Hi Mark Kromer
thanks for quick answer. I thought about selecting my attribute columns to a separate stream and then hashing them (which is what you suggest), but then I am not able to join my MD5 back to the original stream. I understand the Merge transformation in your screenshot makes the join on md5?
This is not quite what I am looking for.
My use case is that I want to deduplicate consecutive rows from my source.

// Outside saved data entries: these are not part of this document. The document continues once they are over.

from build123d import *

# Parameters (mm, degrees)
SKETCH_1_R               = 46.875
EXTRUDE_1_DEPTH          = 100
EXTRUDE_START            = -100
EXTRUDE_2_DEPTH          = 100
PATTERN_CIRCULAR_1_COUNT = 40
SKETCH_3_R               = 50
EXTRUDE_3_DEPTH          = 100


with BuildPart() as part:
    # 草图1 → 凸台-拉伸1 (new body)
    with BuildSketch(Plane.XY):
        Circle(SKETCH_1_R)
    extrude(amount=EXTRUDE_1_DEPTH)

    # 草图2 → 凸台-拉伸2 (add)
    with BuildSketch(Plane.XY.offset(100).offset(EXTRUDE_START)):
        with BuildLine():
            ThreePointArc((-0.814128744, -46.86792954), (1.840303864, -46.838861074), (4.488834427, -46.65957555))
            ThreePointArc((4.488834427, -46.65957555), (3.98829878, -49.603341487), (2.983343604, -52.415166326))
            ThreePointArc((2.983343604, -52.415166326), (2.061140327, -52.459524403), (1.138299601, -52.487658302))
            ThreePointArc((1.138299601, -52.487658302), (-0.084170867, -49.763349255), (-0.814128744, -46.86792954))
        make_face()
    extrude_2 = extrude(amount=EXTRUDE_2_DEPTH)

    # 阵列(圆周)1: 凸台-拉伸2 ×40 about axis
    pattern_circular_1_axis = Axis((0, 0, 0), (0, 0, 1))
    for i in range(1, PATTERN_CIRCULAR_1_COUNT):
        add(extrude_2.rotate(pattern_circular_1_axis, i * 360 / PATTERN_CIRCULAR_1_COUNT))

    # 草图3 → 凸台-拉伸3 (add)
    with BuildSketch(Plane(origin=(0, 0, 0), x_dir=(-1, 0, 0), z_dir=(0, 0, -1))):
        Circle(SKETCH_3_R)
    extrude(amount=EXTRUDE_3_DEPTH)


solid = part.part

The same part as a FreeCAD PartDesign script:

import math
import FreeCAD as App
import Part
import Sketcher

V = App.Vector

doc = App.newDocument("Part")
body = doc.addObject("PartDesign::Body", "Body")

sketch1 = body.newObject("Sketcher::SketchObject", "Sketch")
sketch1.AttachmentSupport = (doc.getObject("XY_Plane"), [""])
sketch1.MapMode = "FlatFace"
sketch1.addGeometry(Part.Circle(V(0, 0, 0), V(0, 0, 1), 46.875), False)
sketch1.addConstraint([
    Sketcher.Constraint("Coincident", 0, 3, -1, 1),
    Sketcher.Constraint("Diameter", 0, 93.75),
])
pad1 = body.newObject("PartDesign::Pad", "Pad")
pad1.Profile = sketch1
pad1.Length = 100

sketch2 = body.newObject("Sketcher::SketchObject", "Sketch001")
sketch2.AttachmentSupport = (doc.getObject("XY_Plane"), [""])
sketch2.MapMode = "FlatFace"
sketch2.addGeometry([
    Part.ArcOfCircle(Part.Circle(V(0, 0, 0), V(0, 0, 1), 46.875), math.radians(-90.995168), math.radians(-84.504832)),
    Part.ArcOfCircle(Part.Circle(V(16.06969, -44.151111, 0), V(0, 0, 1), 17.101007), math.radians(-170.85875), math.radians(-150.824348)),
    Part.ArcOfCircle(Part.Circle(V(0, -0.000001, 0), V(0, 0, 1), 52.499999), math.radians(-88.757621), math.radians(-86.742379)),
    Part.ArcOfCircle(Part.Circle(V(-12.556096, -45.275821, 0), V(0, 0, 1), 17.101007), math.radians(-24.675652), math.radians(-4.64125)),
], False)
sketch2.addConstraint([
    Sketcher.Constraint("Coincident", 0, 1, 1, 1),
    Sketcher.Constraint("Coincident", 1, 2, 2, 1),
    Sketcher.Constraint("Coincident", 2, 2, 3, 1),
    Sketcher.Constraint("Coincident", 3, 2, 0, 2),
    Sketcher.Constraint("Coincident", 0, 3, -1, 1),
    Sketcher.Constraint("Coincident", 2, 3, -1, 1),
    Sketcher.Constraint("Equal", 1, 3),
    Sketcher.Constraint("Radius", 2, 52.499999),
    Sketcher.Constraint("Radius", 0, 46.875),
    Sketcher.Constraint("Radius", 1, 17.101007),
    Sketcher.Constraint("DistanceX", -1, 1, 1, 2, 1.1383),
    Sketcher.Constraint("DistanceX", -1, 1, 1, 3, 16.06969),
    Sketcher.Constraint("DistanceY", 3, 3, -1, 1, 45.275821),
    Sketcher.Constraint("DistanceY", 1, 2, 2, 2, 0.072492),
])
pad2 = body.newObject("PartDesign::Pad", "Pad001")
pad2.Profile = sketch2
pad2.Length = 100
doc.recompute()

polarpattern = body.newObject("PartDesign::PolarPattern", "PolarPattern")
polarpattern.Originals = [pad2]
polarpattern.Axis = (doc.getObject("Z_Axis"), [""])
polarpattern.Angle = 360
polarpattern.Occurrences = 40
body.Tip = polarpattern

sketch3 = body.newObject("Sketcher::SketchObject", "Sketch002")
sketch3.AttachmentSupport = (doc.getObject("XY_Plane"), [""])
sketch3.MapMode = "FlatFace"
sketch3.addGeometry(Part.Circle(V(0, 0, 0), V(0, 0, 1), 50), False)
sketch3.addConstraint([
    Sketcher.Constraint("Coincident", 0, 3, -1, 1),
    Sketcher.Constraint("Diameter", 0, 100.0),
])
pad3 = body.newObject("PartDesign::Pad", "Pad002")
pad3.Profile = sketch3
pad3.Length = 100
pad3.Reversed = True

doc.recompute()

My source has also a business key (which I didn't mention in my original question - lets say it is always EMPLOYEE_ID) and if the rows are sorted by UPD_TS, I want to get rid of rows that repeat attribute values from the previous row (although they may have different UPD_TS).
So ideally, I would add a Derived Column to my stream like this one :
md5(byNames(filter(columnNames(), !in(['employee_id','upd_ts'],#item)) ))

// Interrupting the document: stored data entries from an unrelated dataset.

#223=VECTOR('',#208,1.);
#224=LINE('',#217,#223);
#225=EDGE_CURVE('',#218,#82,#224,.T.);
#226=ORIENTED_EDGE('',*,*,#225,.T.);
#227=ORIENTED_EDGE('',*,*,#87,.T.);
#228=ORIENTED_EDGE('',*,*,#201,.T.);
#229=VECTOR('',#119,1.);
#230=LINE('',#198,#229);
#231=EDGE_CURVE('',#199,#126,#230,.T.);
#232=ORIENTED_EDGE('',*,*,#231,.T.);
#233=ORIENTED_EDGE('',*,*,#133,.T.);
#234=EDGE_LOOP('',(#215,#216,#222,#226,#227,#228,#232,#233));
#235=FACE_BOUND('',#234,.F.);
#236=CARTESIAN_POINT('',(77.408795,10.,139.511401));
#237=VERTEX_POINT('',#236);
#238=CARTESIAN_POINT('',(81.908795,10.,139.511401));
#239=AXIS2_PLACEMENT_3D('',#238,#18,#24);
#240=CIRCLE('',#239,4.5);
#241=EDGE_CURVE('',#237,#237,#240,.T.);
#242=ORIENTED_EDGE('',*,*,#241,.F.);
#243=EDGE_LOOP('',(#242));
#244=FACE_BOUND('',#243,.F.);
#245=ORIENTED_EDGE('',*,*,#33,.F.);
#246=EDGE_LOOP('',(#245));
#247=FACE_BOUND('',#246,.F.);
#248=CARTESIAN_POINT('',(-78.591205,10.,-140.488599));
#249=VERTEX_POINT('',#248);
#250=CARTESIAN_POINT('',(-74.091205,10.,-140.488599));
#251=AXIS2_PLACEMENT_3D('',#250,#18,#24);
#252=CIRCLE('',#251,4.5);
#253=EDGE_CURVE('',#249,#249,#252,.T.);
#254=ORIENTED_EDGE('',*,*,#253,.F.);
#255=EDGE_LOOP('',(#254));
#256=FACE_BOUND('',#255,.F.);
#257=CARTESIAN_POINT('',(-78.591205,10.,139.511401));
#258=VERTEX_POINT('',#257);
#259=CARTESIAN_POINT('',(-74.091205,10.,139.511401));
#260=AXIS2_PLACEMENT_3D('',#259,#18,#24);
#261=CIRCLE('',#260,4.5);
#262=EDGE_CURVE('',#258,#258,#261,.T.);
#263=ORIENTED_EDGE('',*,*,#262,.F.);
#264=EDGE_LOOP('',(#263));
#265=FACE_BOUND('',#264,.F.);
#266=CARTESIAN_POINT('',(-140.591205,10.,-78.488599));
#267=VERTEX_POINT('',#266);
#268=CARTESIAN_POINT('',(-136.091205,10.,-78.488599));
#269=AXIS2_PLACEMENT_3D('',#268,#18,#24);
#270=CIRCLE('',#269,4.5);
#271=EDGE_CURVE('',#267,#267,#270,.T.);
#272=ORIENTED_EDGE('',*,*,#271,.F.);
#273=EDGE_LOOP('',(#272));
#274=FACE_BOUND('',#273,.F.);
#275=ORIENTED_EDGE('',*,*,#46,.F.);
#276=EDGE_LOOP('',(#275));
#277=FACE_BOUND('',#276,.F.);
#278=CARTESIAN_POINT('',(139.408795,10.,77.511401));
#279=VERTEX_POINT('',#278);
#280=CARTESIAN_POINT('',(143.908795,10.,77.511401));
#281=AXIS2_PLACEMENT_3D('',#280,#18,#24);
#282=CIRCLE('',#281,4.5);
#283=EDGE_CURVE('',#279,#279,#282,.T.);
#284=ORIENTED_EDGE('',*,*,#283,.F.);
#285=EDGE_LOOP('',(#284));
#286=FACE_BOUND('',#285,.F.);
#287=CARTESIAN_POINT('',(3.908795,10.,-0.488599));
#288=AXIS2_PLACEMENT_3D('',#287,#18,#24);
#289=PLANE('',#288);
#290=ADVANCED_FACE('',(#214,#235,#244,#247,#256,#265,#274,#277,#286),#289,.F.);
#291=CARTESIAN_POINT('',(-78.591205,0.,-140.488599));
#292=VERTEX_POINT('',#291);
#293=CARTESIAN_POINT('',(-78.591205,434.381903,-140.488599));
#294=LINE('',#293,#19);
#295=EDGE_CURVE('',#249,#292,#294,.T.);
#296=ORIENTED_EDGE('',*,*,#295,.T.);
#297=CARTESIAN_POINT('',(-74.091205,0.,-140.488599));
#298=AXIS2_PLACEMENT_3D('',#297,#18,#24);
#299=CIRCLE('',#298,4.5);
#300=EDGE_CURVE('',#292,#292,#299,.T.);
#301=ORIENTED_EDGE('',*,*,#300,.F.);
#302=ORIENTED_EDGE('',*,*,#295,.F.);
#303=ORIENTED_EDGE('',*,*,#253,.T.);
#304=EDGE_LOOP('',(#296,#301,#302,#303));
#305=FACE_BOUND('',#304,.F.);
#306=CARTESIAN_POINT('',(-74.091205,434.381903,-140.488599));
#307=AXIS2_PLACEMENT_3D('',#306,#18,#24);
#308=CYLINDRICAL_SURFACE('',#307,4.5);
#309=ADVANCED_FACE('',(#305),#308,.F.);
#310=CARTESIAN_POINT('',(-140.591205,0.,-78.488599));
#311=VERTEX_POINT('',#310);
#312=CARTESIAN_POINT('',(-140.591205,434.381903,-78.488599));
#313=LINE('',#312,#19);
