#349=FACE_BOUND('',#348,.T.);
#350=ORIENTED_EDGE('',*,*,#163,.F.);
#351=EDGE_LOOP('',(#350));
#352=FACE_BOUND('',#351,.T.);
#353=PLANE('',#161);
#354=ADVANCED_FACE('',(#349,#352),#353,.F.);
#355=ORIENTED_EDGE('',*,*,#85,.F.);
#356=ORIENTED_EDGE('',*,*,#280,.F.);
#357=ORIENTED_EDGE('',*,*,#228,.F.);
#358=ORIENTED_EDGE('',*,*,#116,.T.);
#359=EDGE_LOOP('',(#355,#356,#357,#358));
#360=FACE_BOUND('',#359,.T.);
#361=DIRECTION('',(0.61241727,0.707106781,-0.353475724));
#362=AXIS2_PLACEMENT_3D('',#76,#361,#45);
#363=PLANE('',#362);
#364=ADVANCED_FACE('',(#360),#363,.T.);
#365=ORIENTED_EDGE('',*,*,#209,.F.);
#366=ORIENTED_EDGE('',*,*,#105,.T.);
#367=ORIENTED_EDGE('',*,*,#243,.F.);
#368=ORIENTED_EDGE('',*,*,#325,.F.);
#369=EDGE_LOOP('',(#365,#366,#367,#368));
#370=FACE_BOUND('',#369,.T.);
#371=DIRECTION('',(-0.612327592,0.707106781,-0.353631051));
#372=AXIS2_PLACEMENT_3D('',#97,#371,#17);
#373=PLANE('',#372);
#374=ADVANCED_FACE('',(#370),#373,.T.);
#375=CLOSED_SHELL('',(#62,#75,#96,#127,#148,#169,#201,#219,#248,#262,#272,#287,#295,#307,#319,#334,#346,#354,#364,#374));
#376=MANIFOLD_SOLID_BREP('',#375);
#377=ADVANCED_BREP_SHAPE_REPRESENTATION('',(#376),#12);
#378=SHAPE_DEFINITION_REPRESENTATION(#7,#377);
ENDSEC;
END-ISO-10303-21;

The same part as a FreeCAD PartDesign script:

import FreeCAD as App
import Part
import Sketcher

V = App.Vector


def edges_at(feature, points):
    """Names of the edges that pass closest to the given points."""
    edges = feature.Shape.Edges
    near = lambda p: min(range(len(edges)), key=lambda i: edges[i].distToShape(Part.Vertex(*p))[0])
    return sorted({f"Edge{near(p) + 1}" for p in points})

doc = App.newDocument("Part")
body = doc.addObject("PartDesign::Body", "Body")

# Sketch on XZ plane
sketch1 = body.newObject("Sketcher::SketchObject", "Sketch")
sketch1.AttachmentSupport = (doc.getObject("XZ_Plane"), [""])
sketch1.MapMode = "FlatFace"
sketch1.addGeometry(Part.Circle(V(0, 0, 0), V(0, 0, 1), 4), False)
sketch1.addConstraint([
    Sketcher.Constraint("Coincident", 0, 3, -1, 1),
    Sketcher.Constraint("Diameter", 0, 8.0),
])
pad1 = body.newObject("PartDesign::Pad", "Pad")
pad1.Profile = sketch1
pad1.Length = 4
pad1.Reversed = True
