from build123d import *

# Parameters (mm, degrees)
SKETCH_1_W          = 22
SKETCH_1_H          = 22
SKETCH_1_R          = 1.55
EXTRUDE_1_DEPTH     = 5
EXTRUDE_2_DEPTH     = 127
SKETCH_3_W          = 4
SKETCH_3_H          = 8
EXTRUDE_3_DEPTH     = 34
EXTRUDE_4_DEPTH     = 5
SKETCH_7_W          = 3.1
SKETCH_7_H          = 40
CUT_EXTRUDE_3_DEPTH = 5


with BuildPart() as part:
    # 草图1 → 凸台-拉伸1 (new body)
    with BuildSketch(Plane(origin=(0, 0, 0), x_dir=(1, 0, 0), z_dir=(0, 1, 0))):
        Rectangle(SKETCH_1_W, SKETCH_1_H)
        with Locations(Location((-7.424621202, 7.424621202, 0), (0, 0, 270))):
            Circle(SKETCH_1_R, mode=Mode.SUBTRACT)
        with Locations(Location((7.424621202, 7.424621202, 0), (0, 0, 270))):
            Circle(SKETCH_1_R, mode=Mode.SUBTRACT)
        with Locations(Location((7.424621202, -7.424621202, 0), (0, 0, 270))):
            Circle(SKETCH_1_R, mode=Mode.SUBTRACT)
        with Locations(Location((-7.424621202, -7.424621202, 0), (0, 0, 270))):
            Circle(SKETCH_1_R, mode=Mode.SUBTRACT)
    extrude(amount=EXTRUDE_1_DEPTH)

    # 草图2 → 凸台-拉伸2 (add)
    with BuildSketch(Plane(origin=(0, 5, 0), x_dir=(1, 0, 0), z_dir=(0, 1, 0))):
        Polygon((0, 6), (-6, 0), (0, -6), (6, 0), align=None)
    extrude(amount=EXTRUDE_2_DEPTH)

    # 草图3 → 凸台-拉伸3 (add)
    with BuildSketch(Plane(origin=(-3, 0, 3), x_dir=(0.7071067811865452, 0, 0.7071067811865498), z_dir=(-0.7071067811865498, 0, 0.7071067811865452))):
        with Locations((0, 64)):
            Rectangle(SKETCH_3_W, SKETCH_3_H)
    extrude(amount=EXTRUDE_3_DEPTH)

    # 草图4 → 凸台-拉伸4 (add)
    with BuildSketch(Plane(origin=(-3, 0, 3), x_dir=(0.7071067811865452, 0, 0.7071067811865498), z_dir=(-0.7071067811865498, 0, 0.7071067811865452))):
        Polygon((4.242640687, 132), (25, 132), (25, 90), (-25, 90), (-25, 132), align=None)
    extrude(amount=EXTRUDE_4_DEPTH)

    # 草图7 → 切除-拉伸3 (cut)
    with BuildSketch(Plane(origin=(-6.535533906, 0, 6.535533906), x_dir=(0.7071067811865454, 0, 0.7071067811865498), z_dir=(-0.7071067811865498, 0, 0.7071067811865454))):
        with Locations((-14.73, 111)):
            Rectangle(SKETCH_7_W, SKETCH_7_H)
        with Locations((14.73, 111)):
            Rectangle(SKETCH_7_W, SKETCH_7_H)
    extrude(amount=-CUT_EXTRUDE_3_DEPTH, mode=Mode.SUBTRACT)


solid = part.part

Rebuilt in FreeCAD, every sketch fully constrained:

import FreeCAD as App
import Part
import Sketcher

V = App.Vector


def add_polygon(sketch, points):
    """Adds a closed chain of lines whose ends are joined by coincident constraints."""
    first, n = sketch.GeometryCount, len(points)
    for a, b in zip(points, points[1:] + points[:1]):
        sketch.addGeometry(Part.LineSegment(App.Vector(*a, 0), App.Vector(*b, 0)), False)
    for i in range(n):
        sketch.addConstraint(Sketcher.Constraint("Coincident", first + i, 2, first + (i + 1) % n, 1))

doc = App.newDocument("Part")
body = doc.addObject("PartDesign::Body", "Body")

# Sketch on XZ plane
sketch1 = body.newObject("Sketcher::SketchObject", "Sketch")
sketch1.AttachmentSupport = (doc.getObject("XZ_Plane"), [""])
sketch1.MapMode = "FlatFace"
add_polygon(sketch1, [(-11, -11), (-11, 11), (11, 11), (11, -11)])  # lines 0-3
sketch1.addGeometry(Part.Circle(V(-7.4, 7.4, 0), V(0, 0, 1), 1.6), False)  # 4
sketch1.addGeometry(Part.Circle(V(7.4, 7.4, 0), V(0, 0, 1), 1.6), False)  # 5
sketch1.addGeometry(Part.Circle(V(-7.4, -7.4, 0), V(0, 0, 1), 1.6), False)  # 6
sketch1.addGeometry(Part.Circle(V(7.4, -7.4, 0), V(0, 0, 1), 1.6), False)  # 7
sketch1.addConstraint([
    Sketcher.Constraint("Vertical", 0),
    Sketcher.Constraint("Horizontal", 1),
    Sketcher.Constraint("Vertical", 2),
    Sketcher.Constraint("Horizontal", 3),
    Sketcher.Constraint("Equal", 4, 5),
    Sketcher.Constraint("Equal", 5, 6),
    Sketcher.Constraint("Equal", 6, 7),
    Sketcher.Constraint("Symmetric", 5, 3, 6, 3, -1, 1),
    Sketcher.Constraint("Symmetric", 4, 3, 7, 3, -1, 1),
    Sketcher.Constraint("Symmetric", 0, 2, 2, 2, -1, 1),
    Sketcher.Constraint("Symmetric", 4, 3, 5, 3, -2),
    Sketcher.Constraint("Equal", 3, 0),
    Sketcher.Constraint("Diameter", 4, 3.1),
    Sketcher.Constraint("DistanceX", 1, 1, 1, 2, 22.0),
    Sketcher.Constraint("DistanceX", 4, 3, -1, 1, 7.424621),
    Sketcher.Constraint("DistanceY", -1, 1, 4, 3, 7.424621),
])
pad1 = body.newObject("PartDesign::Pad", "Pad")
pad1.Profile = sketch1
pad1.Length = 5
pad1.Reversed = True

# Sketch on XZ plane
sketch2 = body.newObject("Sketcher::SketchObject", "Sketch001")
sketch2.AttachmentSupport = (doc.getObject("XZ_Plane"), [""])
sketch2.MapMode = "FlatFace"
sketch2.AttachmentOffset = App.Placement(V(0, 0, -5), App.Rotation())
add_polygon(sketch2, [(0, -6), (-6, 0), (0, 6), (6, 0)])  # lines 0-3
sketch2.addConstraint([
    Sketcher.Constraint("Symmetric", 0, 2, 2, 2, -1, 1),
    Sketcher.Constraint("Symmetric", 1, 2, 3, 2, -1, 1),
    Sketcher.Constraint("PointOnObject", 0, 2, -1),
    Sketcher.Constraint("PointOnObject", 1, 2, -2),
    Sketcher.Constraint("Perpendicular", 0, 1),
    Sketcher.Constraint("DistanceX", 0, 2, -1, 1, 6.0),
])
pad2 = body.newObject("PartDesign::Pad", "Pad001")
pad2.Profile = sketch2
pad2.Length = 127
pad2.Reversed = True

# Sketch on an angled plane
sketch3 = body.newObject("Sketcher::SketchObject", "Sketch002")
sketch3.Placement = App.Placement(V(-3, 0, 3), App.Rotation(V(0.707106781, 0, 0.707106781), V(0, 0.999999999, 0), V(-0.707106781, 0, 0.707106781), "ZXY"))
add_polygon(sketch3, [(-2, 68), (-2, 60), (2, 60), (2, 68)])  # lines 0-3
sketch3.addConstraint([
    Sketcher.Constraint("Vertical", 0),
    Sketcher.Constraint("Horizontal", 1),
    Sketcher.Constraint("Vertical", 2),
    Sketcher.Constraint("Horizontal", 3),
    Sketcher.Constraint("DistanceX", 1, 1, 1, 2, 4.0),
    Sketcher.Constraint("DistanceY", 0, 2, 0, 1, 8.0),
    Sketcher.Constraint("DistanceX", 0, 2, -1, 1, 2.0),
    Sketcher.Constraint("DistanceY", -1, 1, 0, 2, 60.0),
])
pad3 = body.newObject("PartDesign::Pad", "Pad002")
pad3.Profile = sketch3
pad3.Length = 34

# Sketch on an angled plane
sketch4 = body.newObject("Sketcher::SketchObject", "Sketch003")
sketch4.Placement = App.Placement(V(-3, 0, 3), App.Rotation(V(0.707106781, 0, 0.707106781), V(0, 0.999999999, 0), V(-0.707106781, 0, 0.707106781), "ZXY"))
add_polygon(sketch4, [(25, 132), (-25, 132), (-25, 90), (25, 90)])  # lines 0-3
sketch4.addConstraint([
    Sketcher.Constraint("Horizontal", 0),
    Sketcher.Constraint("Vertical", 1),
    Sketcher.Constraint("Horizontal", 2),
    Sketcher.Constraint("Vertical", 3),
    Sketcher.Constraint("DistanceX", 0, 2, 0, 1, 50.0),
    Sketcher.Constraint("DistanceY", 1, 2, 1, 1, 42.0),
    Sketcher.Constraint("DistanceX", 0, 2, -1, 1, 25.0),
    Sketcher.Constraint("DistanceY", -1, 1, 0, 2, 132.0),
])
pad4 = body.newObject("PartDesign::Pad", "Pad003")
pad4.Profile = sketch4
pad4.Length = 5

# Sketch on an angled plane
sketch5 = body.newObject("Sketcher::SketchObject", "Sketch004")
sketch5.Placement = App.Placement(V(-6.535534, 0, 6.535534), App.Rotation(V(0.707106781, 0, 0.707106781), V(0, 0.999999999, 0), V(-0.707106781, 0, 0.707106781), "ZXY"))
add_polygon(sketch5, [(-16.3, 131), (-16.3, 91), (-13.2, 91), (-13.2, 131)])  # lines 0-3
add_polygon(sketch5, [(13.2, 131), (13.2, 91), (16.3, 91), (16.3, 131)])  # lines 4-7
sketch5.addConstraint([
    Sketcher.Constraint("Vertical", 0),
    Sketcher.Constraint("Horizontal", 1),
    Sketcher.Constraint("Vertical", 2),
    Sketcher.Constraint("Horizontal", 3),
    Sketcher.Constraint("Vertical", 4),
    Sketcher.Constraint("Horizontal", 5),
    Sketcher.Constraint("Vertical", 6),
    Sketcher.Constraint("Horizontal", 7),
    Sketcher.Constraint("Symmetric", 1, 2, 4, 2, -2),
    Sketcher.Constraint("Symmetric", 3, 2, 6, 2, -2),
    Sketcher.Constraint("DistanceY", 0, 2, 0, 1, 40.0),
    Sketcher.Constraint("DistanceX", 1, 1, 1, 2, 3.1),
    Sketcher.Constraint("DistanceY", -1, 1, 0, 2, 91.0),
    Sketcher.Constraint("DistanceX", 0, 2, -1, 1, 16.28),
])
pocket1 = body.newObject("PartDesign::Pocket", "Pocket")
pocket1.Profile = sketch5
pocket1.Length = 5

doc.recompute()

and then I could detect repeating md5s with lag & window transformation.
Unfortunately, the expression above returns an error 😞
Please note that certain MD5s can recur, because underlying attributes may change values in this fashion:
original value --> original value --> another value --> original value
In this case, I want to capture first, third & fourth value.
This means I can't do a simple join of my 2 streams by MD5, because I would get a semi-cartesian product.
It is a really cool feature that you can do rule-based mappings in the select transformation and easilly get rid of columns you dont want
eg. !in(['upd_ts'],name)
and it would be great if I could use the same logic when defining which columns should be MD5ed in my Derived Column (and keeping the other columns).